BEGIN Available data
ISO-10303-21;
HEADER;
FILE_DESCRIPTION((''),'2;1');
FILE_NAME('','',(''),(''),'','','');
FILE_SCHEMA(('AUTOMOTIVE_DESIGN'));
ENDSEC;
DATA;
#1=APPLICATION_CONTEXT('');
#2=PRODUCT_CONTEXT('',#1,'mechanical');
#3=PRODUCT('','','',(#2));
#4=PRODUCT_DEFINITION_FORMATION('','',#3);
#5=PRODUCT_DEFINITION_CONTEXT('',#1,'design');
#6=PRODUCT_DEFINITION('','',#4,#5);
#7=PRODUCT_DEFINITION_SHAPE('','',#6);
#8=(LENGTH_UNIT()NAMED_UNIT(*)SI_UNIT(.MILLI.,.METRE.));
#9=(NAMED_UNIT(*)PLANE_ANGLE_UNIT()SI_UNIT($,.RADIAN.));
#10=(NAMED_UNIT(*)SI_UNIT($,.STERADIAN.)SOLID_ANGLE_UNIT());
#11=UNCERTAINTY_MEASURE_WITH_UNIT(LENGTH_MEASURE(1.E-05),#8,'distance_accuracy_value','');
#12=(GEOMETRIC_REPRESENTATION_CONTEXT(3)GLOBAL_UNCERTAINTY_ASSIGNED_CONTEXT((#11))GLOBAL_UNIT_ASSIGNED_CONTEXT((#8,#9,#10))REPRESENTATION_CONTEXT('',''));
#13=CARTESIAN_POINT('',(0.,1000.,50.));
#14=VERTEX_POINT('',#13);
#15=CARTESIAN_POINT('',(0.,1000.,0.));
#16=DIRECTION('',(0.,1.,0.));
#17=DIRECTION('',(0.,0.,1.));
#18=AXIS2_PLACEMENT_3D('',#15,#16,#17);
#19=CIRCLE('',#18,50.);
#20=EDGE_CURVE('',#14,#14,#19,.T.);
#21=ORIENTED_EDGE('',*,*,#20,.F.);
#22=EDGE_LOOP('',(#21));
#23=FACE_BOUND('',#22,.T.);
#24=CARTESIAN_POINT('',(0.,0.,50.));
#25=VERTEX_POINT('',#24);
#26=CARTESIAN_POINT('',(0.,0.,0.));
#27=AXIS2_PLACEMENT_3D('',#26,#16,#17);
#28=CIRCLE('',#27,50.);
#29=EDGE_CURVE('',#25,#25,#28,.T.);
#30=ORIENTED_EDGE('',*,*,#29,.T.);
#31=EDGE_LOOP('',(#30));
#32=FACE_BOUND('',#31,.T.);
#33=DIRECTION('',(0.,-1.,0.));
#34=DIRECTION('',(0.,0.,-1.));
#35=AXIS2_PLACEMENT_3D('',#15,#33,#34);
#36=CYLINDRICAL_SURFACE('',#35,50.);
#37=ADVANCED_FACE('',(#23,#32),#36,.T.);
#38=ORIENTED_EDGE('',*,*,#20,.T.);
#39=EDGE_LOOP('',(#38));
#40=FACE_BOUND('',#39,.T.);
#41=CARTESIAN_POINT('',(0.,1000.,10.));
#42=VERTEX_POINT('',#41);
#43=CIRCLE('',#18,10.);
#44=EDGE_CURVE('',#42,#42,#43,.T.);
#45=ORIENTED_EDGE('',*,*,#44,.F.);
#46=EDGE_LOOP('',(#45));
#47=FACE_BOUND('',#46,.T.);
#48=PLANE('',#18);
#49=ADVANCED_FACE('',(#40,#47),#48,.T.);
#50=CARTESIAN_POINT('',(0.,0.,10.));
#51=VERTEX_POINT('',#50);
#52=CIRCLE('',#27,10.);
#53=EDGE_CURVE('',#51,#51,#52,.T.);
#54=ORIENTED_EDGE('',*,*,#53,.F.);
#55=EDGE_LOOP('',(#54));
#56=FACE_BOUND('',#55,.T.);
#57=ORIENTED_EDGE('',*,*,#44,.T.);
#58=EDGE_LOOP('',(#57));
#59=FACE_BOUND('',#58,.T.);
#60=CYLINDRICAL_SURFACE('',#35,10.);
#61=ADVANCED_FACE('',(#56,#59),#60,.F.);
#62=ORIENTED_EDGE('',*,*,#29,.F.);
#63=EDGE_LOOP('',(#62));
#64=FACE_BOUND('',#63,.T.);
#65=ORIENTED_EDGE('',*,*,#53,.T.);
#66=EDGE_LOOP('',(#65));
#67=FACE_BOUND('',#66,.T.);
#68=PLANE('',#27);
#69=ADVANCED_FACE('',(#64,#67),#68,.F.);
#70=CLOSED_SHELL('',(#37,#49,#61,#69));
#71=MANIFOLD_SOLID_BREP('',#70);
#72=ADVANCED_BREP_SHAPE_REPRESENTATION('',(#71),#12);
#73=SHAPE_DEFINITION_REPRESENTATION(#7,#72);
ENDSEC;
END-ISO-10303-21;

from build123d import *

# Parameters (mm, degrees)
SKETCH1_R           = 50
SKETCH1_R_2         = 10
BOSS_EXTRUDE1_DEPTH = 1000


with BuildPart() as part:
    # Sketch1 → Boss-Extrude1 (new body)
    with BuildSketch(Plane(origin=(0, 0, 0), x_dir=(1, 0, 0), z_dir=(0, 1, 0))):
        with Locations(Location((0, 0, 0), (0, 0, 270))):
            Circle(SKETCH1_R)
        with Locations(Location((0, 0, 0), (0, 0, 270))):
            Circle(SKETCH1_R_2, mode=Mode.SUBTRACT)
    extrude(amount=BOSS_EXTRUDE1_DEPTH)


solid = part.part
END Available data
BEGIN Available data
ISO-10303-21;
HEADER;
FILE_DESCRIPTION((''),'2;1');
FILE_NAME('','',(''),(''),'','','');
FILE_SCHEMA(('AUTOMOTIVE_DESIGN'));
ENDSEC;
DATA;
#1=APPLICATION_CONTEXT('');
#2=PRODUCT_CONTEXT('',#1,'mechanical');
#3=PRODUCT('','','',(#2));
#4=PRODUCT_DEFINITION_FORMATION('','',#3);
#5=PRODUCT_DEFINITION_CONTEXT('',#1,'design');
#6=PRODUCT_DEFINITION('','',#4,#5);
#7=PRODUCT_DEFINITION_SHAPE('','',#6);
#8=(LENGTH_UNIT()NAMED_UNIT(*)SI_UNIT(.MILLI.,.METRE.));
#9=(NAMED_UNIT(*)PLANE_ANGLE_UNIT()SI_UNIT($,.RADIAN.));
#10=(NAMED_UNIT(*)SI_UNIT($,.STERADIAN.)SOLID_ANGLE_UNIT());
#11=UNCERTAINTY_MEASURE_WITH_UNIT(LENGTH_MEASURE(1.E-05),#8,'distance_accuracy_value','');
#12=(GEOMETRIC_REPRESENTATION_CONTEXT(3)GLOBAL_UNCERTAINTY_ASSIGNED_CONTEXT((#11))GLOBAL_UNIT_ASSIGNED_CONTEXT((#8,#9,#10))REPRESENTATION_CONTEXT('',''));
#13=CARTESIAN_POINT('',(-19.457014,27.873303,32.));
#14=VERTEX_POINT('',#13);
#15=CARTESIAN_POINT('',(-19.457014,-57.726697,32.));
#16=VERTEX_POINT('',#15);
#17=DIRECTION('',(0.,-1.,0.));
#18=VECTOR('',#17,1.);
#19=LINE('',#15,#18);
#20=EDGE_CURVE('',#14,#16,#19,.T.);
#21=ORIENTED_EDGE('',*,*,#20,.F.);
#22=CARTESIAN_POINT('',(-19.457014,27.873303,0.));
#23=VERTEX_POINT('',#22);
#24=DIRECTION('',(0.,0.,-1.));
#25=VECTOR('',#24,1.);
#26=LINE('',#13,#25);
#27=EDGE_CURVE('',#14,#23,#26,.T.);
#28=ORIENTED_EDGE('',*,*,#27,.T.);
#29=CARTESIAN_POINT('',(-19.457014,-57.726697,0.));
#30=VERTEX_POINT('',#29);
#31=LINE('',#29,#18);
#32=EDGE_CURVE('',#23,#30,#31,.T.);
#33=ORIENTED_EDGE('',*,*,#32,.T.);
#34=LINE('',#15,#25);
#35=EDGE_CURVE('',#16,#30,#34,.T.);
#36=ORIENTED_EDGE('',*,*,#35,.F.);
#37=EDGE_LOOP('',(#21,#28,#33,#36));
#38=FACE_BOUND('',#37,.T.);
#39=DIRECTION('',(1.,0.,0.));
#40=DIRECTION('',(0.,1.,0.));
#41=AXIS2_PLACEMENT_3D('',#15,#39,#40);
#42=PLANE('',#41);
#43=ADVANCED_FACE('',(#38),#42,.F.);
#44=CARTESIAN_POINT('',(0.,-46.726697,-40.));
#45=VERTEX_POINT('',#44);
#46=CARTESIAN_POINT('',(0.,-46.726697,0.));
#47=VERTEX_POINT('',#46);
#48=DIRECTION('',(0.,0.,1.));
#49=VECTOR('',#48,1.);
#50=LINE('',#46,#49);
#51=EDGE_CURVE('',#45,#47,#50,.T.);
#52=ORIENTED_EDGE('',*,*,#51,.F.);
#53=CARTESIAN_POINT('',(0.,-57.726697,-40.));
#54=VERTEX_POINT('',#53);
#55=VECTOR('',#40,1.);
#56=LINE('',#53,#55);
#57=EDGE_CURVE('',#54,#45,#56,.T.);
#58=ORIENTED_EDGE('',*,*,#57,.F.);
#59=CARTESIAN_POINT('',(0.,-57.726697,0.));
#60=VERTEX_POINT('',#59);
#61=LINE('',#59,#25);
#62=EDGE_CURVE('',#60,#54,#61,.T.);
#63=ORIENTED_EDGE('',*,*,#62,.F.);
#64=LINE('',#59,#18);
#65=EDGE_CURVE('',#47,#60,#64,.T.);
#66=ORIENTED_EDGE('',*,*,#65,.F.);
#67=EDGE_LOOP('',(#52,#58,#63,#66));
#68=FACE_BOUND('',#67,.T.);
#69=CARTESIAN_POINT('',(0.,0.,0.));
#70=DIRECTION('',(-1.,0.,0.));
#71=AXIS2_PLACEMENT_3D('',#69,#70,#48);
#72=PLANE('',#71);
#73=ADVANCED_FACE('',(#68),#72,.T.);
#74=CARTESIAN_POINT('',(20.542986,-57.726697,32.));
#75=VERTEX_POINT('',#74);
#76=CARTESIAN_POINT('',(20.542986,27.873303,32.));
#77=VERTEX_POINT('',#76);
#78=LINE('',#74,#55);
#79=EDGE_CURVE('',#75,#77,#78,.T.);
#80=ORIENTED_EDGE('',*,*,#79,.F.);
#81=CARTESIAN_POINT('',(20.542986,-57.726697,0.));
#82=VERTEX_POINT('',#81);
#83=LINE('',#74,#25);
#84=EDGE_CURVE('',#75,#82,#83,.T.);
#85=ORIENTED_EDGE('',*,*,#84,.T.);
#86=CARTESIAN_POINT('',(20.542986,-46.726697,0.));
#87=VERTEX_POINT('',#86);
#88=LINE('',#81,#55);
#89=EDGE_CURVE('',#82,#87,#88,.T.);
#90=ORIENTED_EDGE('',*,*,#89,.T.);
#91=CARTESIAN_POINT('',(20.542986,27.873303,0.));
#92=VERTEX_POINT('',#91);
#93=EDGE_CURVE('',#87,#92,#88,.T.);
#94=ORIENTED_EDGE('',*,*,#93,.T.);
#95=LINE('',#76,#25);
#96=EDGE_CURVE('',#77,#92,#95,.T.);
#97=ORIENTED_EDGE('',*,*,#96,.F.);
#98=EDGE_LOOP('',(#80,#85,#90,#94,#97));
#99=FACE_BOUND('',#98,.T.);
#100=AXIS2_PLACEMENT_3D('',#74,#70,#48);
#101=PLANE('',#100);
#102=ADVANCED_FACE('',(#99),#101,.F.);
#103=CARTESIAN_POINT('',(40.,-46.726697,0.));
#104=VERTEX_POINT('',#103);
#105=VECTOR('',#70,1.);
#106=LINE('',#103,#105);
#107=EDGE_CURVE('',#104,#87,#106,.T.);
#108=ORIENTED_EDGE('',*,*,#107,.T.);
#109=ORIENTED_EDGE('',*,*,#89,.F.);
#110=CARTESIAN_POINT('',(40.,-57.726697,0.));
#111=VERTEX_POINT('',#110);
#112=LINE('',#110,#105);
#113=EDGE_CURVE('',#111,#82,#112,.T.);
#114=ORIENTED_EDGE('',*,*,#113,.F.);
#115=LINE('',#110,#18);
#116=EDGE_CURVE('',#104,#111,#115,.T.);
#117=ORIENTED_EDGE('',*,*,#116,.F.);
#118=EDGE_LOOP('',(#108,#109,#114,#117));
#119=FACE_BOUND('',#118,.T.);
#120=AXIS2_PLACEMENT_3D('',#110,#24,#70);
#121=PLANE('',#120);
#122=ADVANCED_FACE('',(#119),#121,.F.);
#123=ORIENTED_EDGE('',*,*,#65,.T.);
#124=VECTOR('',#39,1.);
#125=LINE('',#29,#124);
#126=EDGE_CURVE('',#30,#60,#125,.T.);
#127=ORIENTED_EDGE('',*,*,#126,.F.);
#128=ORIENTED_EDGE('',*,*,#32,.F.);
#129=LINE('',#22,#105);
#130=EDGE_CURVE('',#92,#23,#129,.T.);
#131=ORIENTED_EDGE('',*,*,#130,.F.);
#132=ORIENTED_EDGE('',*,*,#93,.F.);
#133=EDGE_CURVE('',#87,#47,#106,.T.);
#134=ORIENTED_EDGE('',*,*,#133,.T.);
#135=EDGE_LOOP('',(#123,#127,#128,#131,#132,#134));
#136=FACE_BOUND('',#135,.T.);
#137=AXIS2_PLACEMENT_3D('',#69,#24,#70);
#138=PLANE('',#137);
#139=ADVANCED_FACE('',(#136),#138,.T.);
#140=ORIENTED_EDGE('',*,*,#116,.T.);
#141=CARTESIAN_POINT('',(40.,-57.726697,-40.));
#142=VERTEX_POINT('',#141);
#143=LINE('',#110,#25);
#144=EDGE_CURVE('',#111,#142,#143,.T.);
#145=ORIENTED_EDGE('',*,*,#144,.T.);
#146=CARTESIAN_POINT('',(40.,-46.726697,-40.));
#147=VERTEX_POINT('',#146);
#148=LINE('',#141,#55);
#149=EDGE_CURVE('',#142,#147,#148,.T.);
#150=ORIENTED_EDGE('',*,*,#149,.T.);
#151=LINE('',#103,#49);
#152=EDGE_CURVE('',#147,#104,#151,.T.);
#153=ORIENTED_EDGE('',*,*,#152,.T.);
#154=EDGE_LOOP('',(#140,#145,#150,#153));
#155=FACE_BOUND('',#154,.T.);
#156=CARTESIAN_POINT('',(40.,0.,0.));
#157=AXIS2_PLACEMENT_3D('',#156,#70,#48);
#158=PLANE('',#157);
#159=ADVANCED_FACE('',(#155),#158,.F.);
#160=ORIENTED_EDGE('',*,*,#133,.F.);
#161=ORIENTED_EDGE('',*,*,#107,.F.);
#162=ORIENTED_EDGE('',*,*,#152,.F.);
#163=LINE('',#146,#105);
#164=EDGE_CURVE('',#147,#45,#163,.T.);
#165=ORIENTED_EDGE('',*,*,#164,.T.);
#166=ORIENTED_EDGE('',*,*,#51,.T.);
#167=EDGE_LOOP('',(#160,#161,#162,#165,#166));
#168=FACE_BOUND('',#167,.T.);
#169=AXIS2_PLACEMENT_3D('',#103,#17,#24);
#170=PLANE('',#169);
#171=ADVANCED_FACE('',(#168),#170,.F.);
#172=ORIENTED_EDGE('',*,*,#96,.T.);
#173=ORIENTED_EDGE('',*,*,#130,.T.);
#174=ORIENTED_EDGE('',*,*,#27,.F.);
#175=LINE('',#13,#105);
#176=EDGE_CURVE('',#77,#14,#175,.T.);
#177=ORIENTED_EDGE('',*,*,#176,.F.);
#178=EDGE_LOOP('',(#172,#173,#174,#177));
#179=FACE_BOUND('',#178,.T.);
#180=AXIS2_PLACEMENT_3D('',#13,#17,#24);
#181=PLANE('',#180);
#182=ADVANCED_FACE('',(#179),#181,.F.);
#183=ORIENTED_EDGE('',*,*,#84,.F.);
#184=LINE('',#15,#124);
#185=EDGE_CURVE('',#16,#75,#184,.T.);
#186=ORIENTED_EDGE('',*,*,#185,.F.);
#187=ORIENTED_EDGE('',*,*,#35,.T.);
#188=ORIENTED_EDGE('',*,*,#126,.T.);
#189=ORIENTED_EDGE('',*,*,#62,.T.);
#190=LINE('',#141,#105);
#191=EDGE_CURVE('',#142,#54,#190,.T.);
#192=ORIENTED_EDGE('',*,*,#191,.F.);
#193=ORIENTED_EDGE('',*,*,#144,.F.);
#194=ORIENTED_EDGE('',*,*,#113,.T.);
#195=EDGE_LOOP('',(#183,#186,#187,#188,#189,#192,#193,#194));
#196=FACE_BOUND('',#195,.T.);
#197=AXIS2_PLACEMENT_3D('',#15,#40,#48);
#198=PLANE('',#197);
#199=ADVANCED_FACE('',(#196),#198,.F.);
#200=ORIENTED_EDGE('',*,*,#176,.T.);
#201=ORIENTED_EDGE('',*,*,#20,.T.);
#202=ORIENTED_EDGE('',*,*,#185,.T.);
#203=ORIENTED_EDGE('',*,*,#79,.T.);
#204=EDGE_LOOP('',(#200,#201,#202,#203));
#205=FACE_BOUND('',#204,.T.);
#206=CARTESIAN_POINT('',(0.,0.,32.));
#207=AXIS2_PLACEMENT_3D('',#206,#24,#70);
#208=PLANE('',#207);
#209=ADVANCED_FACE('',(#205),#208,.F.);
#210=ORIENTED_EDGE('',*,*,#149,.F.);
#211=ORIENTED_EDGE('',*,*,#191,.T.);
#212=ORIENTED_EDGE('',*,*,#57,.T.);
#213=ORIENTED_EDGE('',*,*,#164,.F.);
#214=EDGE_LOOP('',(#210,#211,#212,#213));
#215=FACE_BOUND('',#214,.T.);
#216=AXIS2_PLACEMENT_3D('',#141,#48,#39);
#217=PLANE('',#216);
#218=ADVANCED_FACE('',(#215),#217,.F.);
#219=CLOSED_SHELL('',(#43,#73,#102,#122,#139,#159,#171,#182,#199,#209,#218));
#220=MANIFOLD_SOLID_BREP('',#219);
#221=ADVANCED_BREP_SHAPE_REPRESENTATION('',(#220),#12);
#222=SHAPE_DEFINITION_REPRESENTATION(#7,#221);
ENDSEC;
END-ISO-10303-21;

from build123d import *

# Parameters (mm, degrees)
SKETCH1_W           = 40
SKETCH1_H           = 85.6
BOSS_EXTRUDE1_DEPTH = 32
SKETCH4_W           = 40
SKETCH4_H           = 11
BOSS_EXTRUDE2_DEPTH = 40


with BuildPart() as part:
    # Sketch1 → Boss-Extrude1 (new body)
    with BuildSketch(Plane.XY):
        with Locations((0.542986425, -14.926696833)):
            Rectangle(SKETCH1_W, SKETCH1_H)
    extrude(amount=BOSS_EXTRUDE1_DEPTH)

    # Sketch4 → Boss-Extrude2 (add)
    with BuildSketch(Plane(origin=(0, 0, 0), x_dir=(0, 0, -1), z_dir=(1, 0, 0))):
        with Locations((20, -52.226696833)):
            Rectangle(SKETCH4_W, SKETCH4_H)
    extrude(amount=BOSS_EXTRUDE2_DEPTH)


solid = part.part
END Available data
What the task asks. Using the data above, print exactly the lines from the line that contains "#89=EDGE_CURVE('',#82,#87,#88,.T.);" through the line that contains "#132=ORIENTED_EDGE('',*,*,#93,.F.);", with both included.

Task output.
#89=EDGE_CURVE('',#82,#87,#88,.T.);
#90=ORIENTED_EDGE('',*,*,#89,.T.);
#91=CARTESIAN_POINT('',(20.542986,27.873303,0.));
#92=VERTEX_POINT('',#91);
#93=EDGE_CURVE('',#87,#92,#88,.T.);
#94=ORIENTED_EDGE('',*,*,#93,.T.);
#95=LINE('',#76,#25);
#96=EDGE_CURVE('',#77,#92,#95,.T.);
#97=ORIENTED_EDGE('',*,*,#96,.F.);
#98=EDGE_LOOP('',(#80,#85,#90,#94,#97));
#99=FACE_BOUND('',#98,.T.);
#100=AXIS2_PLACEMENT_3D('',#74,#70,#48);
#101=PLANE('',#100);
#102=ADVANCED_FACE('',(#99),#101,.F.);
#103=CARTESIAN_POINT('',(40.,-46.726697,0.));
#104=VERTEX_POINT('',#103);
#105=VECTOR('',#70,1.);
#106=LINE('',#103,#105);
#107=EDGE_CURVE('',#104,#87,#106,.T.);
#108=ORIENTED_EDGE('',*,*,#107,.T.);
#109=ORIENTED_EDGE('',*,*,#89,.F.);
#110=CARTESIAN_POINT('',(40.,-57.726697,0.));
#111=VERTEX_POINT('',#110);
#112=LINE('',#110,#105);
#113=EDGE_CURVE('',#111,#82,#112,.T.);
#114=ORIENTED_EDGE('',*,*,#113,.F.);
#115=LINE('',#110,#18);
#116=EDGE_CURVE('',#104,#111,#115,.T.);
#117=ORIENTED_EDGE('',*,*,#116,.F.);
#118=EDGE_LOOP('',(#108,#109,#114,#117));
#119=FACE_BOUND('',#118,.T.);
#120=AXIS2_PLACEMENT_3D('',#110,#24,#70);
#121=PLANE('',#120);
#122=ADVANCED_FACE('',(#119),#121,.F.);
#123=ORIENTED_EDGE('',*,*,#65,.T.);
#124=VECTOR('',#39,1.);
#125=LINE('',#29,#124);
#126=EDGE_CURVE('',#30,#60,#125,.T.);
#127=ORIENTED_EDGE('',*,*,#126,.F.);
#128=ORIENTED_EDGE('',*,*,#32,.F.);
#129=LINE('',#22,#105);
#130=EDGE_CURVE('',#92,#23,#129,.T.);
#131=ORIENTED_EDGE('',*,*,#130,.F.);
#132=ORIENTED_EDGE('',*,*,#93,.F.);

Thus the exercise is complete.